5. The fabric management method based on self-collection according to claim 1, characterized in that, The step of extracting the depth feature vector of the simulated image and associating it with fabric identification information and storing it in the feature database to support content-based image retrieval specifically includes: The simulated image is input into a pre-trained convolutional neural network model; Obtain the feature map of at least one intermediate convolutional layer in the convolutional neural network; A global average pooling operation is performed on the feature map, and the pooled feature tensor is flattened to form the depth feature vector.

6. The fabric management method based on self-collection according to claim 5, characterized in that, The step of obtaining the feature map of at least one intermediate convolutional layer in the convolutional neural network specifically includes: The simulated image is input into a pre-trained convolutional neural network for forward propagation, activating and extracting the feature map output of a specified intermediate convolutional layer; Based on the texture characteristics of the fabric sample, an adaptive combination of intermediate convolutional layers for feature fusion is selected, wherein samples with complex textures are assigned higher weights to lower-level feature maps, and samples with uniform color are assigned higher weights to higher-level feature maps.
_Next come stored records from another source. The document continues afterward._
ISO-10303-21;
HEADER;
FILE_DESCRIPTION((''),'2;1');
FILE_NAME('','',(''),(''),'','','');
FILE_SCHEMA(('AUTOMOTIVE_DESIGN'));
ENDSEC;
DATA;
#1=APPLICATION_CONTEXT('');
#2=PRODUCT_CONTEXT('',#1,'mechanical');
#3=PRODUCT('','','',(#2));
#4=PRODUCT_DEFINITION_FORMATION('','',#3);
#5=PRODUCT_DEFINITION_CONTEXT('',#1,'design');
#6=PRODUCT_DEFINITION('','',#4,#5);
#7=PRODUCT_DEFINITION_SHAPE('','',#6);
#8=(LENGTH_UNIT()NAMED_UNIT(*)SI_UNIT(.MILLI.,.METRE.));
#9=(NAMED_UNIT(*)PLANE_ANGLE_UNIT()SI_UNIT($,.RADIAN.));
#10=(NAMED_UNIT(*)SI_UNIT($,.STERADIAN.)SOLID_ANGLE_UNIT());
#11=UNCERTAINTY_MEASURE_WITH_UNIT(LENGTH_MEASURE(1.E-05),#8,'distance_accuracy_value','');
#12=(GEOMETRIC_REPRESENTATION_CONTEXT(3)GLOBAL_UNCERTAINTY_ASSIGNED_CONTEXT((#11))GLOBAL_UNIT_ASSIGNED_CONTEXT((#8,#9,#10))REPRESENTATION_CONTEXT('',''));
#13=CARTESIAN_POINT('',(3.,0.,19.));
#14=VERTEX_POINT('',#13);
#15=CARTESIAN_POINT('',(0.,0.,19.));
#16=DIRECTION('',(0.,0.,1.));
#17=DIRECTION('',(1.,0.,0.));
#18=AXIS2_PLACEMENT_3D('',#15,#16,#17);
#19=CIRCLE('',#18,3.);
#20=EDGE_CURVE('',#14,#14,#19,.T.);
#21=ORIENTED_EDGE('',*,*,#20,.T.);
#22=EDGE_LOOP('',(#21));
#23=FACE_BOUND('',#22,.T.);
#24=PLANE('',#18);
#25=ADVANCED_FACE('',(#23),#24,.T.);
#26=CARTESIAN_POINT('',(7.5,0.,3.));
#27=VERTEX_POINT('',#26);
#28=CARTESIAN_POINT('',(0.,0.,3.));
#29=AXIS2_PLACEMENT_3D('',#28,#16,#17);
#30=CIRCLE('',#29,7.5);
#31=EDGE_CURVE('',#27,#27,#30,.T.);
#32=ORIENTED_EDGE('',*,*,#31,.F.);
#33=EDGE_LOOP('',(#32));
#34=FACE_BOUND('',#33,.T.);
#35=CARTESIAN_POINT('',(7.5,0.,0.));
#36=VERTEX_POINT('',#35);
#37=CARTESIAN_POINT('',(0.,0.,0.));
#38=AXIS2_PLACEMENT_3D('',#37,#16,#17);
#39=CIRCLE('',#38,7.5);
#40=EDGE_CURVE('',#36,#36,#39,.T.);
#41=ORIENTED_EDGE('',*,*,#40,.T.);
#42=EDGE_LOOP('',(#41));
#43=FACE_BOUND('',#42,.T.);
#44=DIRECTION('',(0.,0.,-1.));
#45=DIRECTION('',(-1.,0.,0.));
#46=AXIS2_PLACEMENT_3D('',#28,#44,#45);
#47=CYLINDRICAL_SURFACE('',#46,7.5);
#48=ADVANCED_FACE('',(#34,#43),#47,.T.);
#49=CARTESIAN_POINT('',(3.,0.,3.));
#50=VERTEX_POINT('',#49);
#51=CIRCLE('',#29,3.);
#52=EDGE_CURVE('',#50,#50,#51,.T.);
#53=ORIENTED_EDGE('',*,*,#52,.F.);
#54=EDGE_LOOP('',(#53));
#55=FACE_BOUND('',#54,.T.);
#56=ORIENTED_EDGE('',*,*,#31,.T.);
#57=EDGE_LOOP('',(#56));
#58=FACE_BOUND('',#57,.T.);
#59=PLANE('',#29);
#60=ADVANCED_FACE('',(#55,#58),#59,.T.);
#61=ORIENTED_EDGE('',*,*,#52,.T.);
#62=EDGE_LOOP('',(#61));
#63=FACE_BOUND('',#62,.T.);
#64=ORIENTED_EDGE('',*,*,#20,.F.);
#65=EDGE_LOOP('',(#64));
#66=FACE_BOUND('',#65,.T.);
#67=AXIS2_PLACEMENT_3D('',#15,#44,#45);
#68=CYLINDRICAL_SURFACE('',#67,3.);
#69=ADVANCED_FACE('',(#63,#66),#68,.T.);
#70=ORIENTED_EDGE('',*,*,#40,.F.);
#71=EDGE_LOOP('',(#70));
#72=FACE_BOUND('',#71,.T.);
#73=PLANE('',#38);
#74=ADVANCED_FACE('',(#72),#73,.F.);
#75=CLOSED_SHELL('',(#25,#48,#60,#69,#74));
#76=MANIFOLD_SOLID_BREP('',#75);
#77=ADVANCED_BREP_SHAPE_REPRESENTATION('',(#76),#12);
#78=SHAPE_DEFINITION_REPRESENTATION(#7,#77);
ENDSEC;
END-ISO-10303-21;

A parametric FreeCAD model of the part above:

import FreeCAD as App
import Part
import Sketcher

doc = App.newDocument("Part")
params = doc.addObject("Spreadsheet::Sheet", "Params")
for row, (alias, value) in enumerate([
    ("sketch1_diameter", "6 mm"),
    ("pad1_length", "19 mm"),
    ("sketch2_diameter", "15 mm"),
    ("sketch2_diameter2", "6 mm"),
    ("pad2_length", "3 mm"),
], start=1):
    params.set(f"A{row}", alias)
    params.set(f"B{row}", "=" + value)
    params.setAlias(f"B{row}", alias)

body = doc.addObject("PartDesign::Body", "Body")

# Sketch on XY plane
sketch1 = body.newObject("Sketcher::SketchObject", "Sketch")
sketch1.AttachmentSupport = (doc.getObject("XY_Plane"), [""])
sketch1.MapMode = "FlatFace"
sketch1.addGeometry(Part.Circle(App.Vector(0, 0, 0), App.Vector(0, 0, 1), 3), False)
sketch1.addConstraint([
    Sketcher.Constraint("Coincident", 0, 3, -1, 1),
    Sketcher.Constraint("Diameter", 0, 6.0),
])
sketch1.setExpression("Constraints[1]", "Params.sketch1_diameter")
pad1 = body.newObject("PartDesign::Pad", "Pad")
pad1.Profile = sketch1
pad1.setExpression("Length", "Params.pad1_length")

# Sketch on XY plane
sketch2 = body.newObject("Sketcher::SketchObject", "Sketch001")
sketch2.AttachmentSupport = (doc.getObject("XY_Plane"), [""])
sketch2.MapMode = "FlatFace"
sketch2.addGeometry([
    Part.Circle(App.Vector(0, 0, 0), App.Vector(0, 0, 1), 7.5),
    Part.Circle(App.Vector(0, 0, 0), App.Vector(0, 0, 1), 3),
], False)
sketch2.addConstraint([
    Sketcher.Constraint("Coincident", 0, 3, -1, 1),
    Sketcher.Constraint("Coincident", 1, 3, -1, 1),
    Sketcher.Constraint("Diameter", 0, 15.0),
    Sketcher.Constraint("Diameter", 1, 6.0),
])
sketch2.setExpression("Constraints[2]", "Params.sketch2_diameter")
sketch2.setExpression("Constraints[3]", "Params.sketch2_diameter2")
pad2 = body.newObject("PartDesign::Pad", "Pad001")
pad2.Profile = sketch2
pad2.setExpression("Length", "Params.pad2_length")

doc.recompute()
7. A fabric retrieval method, characterized in that, The fabric retrieval method includes: Receive the query image; Obtain the query feature vector of the query image, wherein the query feature vector is obtained using the feature extraction method of the fabric management method based on self-collection as described in any one of claims 1 to 6; Calculate the similarity between the query feature vector and all stored feature vectors in the feature database; Sort by similarity and return at least one fabric identification information and its corresponding simulated image that is most similar.
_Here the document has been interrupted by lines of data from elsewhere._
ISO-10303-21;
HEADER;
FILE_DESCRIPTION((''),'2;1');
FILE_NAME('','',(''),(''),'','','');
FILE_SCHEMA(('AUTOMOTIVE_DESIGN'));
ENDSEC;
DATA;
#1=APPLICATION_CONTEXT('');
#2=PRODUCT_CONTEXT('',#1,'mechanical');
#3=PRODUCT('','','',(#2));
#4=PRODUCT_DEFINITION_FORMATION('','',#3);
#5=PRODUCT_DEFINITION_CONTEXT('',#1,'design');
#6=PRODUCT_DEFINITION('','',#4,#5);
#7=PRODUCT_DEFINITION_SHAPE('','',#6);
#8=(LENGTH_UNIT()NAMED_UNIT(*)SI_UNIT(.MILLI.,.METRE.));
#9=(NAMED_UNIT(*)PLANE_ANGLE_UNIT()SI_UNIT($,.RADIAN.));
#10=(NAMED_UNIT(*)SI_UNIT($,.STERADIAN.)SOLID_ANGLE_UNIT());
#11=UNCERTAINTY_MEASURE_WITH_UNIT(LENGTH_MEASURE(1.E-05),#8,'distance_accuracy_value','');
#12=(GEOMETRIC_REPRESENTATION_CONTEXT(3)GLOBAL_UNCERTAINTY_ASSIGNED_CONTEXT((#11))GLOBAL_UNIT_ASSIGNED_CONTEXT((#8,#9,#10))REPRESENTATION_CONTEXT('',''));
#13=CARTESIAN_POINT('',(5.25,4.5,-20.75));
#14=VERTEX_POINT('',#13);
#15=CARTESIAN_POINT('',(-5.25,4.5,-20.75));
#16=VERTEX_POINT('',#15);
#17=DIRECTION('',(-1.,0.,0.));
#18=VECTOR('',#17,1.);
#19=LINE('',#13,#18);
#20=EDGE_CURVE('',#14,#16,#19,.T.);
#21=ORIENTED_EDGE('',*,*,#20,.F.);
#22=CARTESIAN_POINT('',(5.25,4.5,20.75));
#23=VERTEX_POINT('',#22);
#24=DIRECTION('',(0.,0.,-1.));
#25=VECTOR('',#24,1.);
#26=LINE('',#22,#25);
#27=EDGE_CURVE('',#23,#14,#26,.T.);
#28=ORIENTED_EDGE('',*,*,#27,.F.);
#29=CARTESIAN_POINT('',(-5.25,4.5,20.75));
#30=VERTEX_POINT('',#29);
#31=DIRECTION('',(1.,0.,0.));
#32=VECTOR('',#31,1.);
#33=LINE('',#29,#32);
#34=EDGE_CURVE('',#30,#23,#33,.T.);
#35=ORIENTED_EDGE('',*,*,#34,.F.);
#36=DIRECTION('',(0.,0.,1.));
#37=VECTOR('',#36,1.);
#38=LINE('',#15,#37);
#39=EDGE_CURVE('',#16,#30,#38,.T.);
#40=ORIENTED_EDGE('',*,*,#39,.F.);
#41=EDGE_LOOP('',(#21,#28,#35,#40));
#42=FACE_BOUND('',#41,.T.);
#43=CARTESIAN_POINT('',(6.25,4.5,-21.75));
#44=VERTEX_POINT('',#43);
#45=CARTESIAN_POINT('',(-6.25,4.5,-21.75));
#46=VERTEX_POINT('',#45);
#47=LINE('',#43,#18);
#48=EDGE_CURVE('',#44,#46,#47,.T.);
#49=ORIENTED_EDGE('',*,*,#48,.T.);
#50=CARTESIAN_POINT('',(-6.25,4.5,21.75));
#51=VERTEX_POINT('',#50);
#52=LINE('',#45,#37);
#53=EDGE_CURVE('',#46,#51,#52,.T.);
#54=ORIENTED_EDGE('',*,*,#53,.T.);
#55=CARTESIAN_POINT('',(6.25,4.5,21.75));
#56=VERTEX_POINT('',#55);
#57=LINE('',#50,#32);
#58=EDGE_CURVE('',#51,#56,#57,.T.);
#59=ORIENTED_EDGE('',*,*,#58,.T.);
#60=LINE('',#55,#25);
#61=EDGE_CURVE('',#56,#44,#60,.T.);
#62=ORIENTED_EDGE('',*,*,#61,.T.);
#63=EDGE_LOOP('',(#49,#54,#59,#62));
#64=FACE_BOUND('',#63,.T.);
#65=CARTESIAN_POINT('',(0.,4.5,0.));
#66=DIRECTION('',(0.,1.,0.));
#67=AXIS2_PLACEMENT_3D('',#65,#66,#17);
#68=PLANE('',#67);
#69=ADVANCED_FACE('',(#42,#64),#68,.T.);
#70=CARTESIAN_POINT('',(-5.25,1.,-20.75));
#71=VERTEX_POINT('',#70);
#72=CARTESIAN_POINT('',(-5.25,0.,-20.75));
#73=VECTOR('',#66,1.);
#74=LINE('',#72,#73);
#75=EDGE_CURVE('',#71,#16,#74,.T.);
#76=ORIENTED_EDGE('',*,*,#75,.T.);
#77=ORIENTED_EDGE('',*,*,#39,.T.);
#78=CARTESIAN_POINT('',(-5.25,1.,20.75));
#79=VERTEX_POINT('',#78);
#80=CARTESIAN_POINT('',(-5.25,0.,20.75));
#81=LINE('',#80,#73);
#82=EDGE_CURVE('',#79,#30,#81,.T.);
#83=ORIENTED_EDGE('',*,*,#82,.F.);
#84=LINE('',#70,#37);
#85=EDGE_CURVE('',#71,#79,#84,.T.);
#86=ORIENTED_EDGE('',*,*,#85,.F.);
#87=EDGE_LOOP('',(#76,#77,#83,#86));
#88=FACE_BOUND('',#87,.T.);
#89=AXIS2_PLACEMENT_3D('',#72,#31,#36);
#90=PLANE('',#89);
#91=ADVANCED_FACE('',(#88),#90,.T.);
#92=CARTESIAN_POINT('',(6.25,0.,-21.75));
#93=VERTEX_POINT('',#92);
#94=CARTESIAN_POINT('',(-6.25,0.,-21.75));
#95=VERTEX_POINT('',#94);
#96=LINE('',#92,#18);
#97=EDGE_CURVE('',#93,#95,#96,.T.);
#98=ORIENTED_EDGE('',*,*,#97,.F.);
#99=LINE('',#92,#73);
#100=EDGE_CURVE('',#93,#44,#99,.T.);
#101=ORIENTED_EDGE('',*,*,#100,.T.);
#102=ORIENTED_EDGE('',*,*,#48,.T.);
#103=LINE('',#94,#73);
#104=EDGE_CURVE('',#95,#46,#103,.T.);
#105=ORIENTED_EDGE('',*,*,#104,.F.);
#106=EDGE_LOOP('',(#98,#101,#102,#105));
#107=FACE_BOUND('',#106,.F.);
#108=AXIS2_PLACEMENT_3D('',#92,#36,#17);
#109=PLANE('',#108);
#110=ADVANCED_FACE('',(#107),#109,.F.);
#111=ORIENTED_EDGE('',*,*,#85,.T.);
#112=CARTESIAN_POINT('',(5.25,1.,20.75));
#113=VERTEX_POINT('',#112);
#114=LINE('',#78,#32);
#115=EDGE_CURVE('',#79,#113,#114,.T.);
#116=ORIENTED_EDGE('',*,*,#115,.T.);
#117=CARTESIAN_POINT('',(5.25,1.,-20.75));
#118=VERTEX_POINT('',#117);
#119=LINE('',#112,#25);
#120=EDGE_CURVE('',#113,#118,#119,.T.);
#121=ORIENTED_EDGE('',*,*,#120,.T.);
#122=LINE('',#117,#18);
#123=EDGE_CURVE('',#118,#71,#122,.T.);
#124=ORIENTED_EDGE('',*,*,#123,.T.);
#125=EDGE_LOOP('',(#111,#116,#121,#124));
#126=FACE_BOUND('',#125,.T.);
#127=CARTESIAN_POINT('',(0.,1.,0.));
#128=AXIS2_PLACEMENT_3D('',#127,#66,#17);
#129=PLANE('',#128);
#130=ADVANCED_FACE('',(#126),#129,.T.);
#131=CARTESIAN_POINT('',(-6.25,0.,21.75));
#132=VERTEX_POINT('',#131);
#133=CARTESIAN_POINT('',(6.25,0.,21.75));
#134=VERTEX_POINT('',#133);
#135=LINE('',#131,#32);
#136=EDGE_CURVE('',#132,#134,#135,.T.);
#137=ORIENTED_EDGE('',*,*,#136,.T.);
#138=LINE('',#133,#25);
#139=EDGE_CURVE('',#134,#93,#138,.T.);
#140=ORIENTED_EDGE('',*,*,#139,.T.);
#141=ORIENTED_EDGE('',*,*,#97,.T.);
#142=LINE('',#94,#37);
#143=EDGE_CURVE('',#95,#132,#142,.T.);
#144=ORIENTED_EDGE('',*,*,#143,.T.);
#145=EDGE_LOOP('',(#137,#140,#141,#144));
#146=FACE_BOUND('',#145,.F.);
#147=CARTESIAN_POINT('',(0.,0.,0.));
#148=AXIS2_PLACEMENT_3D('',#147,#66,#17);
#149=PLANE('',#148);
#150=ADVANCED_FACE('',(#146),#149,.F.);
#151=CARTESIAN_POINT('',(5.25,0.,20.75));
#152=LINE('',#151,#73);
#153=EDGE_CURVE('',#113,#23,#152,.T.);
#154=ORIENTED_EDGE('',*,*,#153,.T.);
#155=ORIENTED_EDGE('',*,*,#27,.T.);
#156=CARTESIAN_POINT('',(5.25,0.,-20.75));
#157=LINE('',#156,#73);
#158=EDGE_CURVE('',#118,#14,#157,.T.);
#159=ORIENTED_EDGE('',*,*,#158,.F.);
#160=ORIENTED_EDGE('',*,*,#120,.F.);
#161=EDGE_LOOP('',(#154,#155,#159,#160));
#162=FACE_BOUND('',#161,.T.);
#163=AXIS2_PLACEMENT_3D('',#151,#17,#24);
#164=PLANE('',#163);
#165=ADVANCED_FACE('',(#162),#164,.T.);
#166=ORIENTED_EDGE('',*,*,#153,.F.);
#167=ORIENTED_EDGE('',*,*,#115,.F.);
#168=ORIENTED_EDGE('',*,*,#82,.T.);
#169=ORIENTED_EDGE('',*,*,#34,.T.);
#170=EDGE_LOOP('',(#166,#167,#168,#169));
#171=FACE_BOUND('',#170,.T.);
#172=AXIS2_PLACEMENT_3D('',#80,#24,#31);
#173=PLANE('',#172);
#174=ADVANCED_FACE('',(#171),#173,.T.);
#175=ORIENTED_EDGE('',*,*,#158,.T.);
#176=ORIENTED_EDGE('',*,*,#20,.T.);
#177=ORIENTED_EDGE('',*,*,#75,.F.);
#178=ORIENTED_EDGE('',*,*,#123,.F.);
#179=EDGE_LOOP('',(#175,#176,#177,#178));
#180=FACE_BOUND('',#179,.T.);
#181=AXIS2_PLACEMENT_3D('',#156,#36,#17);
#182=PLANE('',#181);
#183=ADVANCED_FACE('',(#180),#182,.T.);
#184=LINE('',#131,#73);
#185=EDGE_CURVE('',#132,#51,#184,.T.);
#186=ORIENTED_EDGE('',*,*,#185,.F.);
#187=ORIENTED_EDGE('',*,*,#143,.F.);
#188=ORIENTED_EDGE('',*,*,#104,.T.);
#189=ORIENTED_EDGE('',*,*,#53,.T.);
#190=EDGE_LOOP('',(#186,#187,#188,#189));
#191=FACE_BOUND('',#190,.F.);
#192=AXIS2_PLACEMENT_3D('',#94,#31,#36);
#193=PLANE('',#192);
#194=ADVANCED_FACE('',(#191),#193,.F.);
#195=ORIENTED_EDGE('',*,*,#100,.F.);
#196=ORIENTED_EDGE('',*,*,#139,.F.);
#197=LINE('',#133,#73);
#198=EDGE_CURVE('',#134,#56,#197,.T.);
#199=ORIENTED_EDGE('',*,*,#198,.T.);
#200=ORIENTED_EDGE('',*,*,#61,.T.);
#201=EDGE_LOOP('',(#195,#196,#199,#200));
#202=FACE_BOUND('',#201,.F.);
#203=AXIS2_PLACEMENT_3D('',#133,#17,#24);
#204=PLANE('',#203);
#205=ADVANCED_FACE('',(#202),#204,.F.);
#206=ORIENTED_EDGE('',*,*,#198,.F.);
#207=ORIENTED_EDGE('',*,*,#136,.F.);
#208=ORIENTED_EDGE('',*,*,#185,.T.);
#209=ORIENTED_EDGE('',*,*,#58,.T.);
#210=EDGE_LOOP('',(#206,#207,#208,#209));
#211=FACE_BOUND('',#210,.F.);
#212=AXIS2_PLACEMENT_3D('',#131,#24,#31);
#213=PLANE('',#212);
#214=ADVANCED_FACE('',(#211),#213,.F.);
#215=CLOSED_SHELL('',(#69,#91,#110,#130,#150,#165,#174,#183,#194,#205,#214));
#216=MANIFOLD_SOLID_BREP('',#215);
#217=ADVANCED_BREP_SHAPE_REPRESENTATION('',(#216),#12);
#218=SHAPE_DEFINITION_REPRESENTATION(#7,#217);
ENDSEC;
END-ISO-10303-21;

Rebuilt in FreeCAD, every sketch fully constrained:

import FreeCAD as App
import Part
import Sketcher
from FreeCAD import Vector
Q = App.Units.Quantity


def add_polygon(sketch, points):
    """Adds a closed chain of lines whose ends are joined by coincident constraints."""
    first, n = sketch.GeometryCount, len(points)
    for a, b in zip(points, points[1:] + points[:1]):
        sketch.addGeometry(Part.LineSegment(App.Vector(*a, 0), App.Vector(*b, 0)), False)
    for i in range(n):
        sketch.addConstraint(Sketcher.Constraint("Coincident", first + i, 2, first + (i + 1) % n, 1))

doc = App.newDocument("Part")
params = doc.addObject("Spreadsheet::Sheet", "Params")
for row, (alias, value) in enumerate([
    ("sketch1_width", "12.5 mm"),
    ("sketch1_width2", "10.5 mm"),
    ("sketch1_height", "43.5 mm"),
    ("sketch1_height2", "41.5 mm"),
    ("pad1_length", "4.5 mm"),
    ("sketch2_width", "10.5 mm"),
    ("sketch2_height", "41.5 mm"),
    ("pad2_length", "1 mm"),
], start=1):
    params.set(f"A{row}", alias)
    params.set(f"B{row}", "=" + value)
    params.setAlias(f"B{row}", alias)

body = doc.addObject("PartDesign::Body", "Body")

sketch1 = body.newObject("Sketcher::SketchObject", "Sketch")
sketch1.AttachmentSupport = (doc.getObject("XZ_Plane"), [""])
sketch1.MapMode = "FlatFace"
add_polygon(sketch1, [(-6.25, -21.75), (-6.25, 21.75), (6.25, 21.75), (6.25, -21.75)])
add_polygon(sketch1, [(-5.25, -20.75), (5.25, -20.75), (5.25, 20.75), (-5.25, 20.75)])
sketch1.addConstraint([
    Sketcher.Constraint("Vertical", 0),
    Sketcher.Constraint("Horizontal", 1),
    Sketcher.Constraint("Vertical", 2),
    Sketcher.Constraint("Horizontal", 3),
    Sketcher.Constraint("Horizontal", 4),
    Sketcher.Constraint("Vertical", 5),
    Sketcher.Constraint("Horizontal", 6),
    Sketcher.Constraint("Vertical", 7),
    Sketcher.Constraint("Symmetric", 0, 2, 2, 2, -1, 1),
    Sketcher.Constraint("Symmetric", 4, 2, 6, 2, -1, 1),
    Sketcher.Constraint("DistanceX", 1, 1, 1, 2, Q("12.5 mm")),
    Sketcher.Constraint("DistanceX", 4, 1, 4, 2, Q("10.5 mm")),
    Sketcher.Constraint("DistanceY", 0, 1, 0, 2, Q("43.5 mm")),
    Sketcher.Constraint("DistanceY", 5, 1, 5, 2, Q("41.5 mm")),
])
sketch1.setExpression("Constraints[18]", "Params.sketch1_width")
sketch1.setExpression("Constraints[19]", "Params.sketch1_width2")
sketch1.setExpression("Constraints[20]", "Params.sketch1_height")
sketch1.setExpression("Constraints[21]", "Params.sketch1_height2")
pad1 = body.newObject("PartDesign::Pad", "Pad")
pad1.Profile = sketch1
pad1.setExpression("Length", "Params.pad1_length")
pad1.Reversed = True

sketch2 = body.newObject("Sketcher::SketchObject", "Sketch001")
sketch2.AttachmentSupport = (doc.getObject("XZ_Plane"), [""])
sketch2.MapMode = "FlatFace"
add_polygon(sketch2, [(5.25, 20.75), (5.25, -20.75), (-5.25, -20.75), (-5.25, 20.75)])
sketch2.addConstraint([
    Sketcher.Constraint("Vertical", 0),
    Sketcher.Constraint("Horizontal", 1),
    Sketcher.Constraint("Vertical", 2),
    Sketcher.Constraint("Horizontal", 3),
    Sketcher.Constraint("Symmetric", 0, 2, 2, 2, -1, 1),
    Sketcher.Constraint("DistanceX", 1, 2, 1, 1, Q("10.5 mm")),
    Sketcher.Constraint("DistanceY", 0, 2, 0, 1, Q("41.5 mm")),
])
sketch2.setExpression("Constraints[9]", "Params.sketch2_width")
sketch2.setExpression("Constraints[10]", "Params.sketch2_height")
pad2 = body.newObject("PartDesign::Pad", "Pad001")
pad2.Profile = sketch2
pad2.setExpression("Length", "Params.pad2_length")
pad2.Reversed = True

doc.recompute()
8. The fabric retrieval method according to claim 7, characterized in that, The calculation of the similarity between the query feature vector and all feature vectors stored in the feature database specifically includes: The initial similarity between the query feature vector and a feature vector in the database is calculated using the cosine similarity algorithm. Based on the color histograms of the query image and the original images in the database, the Bach coefficient of the color histograms is calculated as the color distribution similarity. The initial similarity and color distribution similarity are weighted and fused to obtain the final comprehensive similarity.

9. A computer device comprising a memory, a processor, and a computer program stored in the memory and executable on the processor, characterized in that, When the processor executes the computer program, it implements the steps of the self-collection-based fabric management method as described in any one of claims 1 to 6, or implements the steps of the fabric retrieval method as described in any one of claims 7 to 8.

10. A computer-readable storage medium storing a computer program, characterized in that, When the computer program is executed by the processor, it implements the steps of the self-collection-based fabric management method as described in any one of claims 1 to 6, or implements the steps of the fabric retrieval method as described in any one of claims 7 to 8.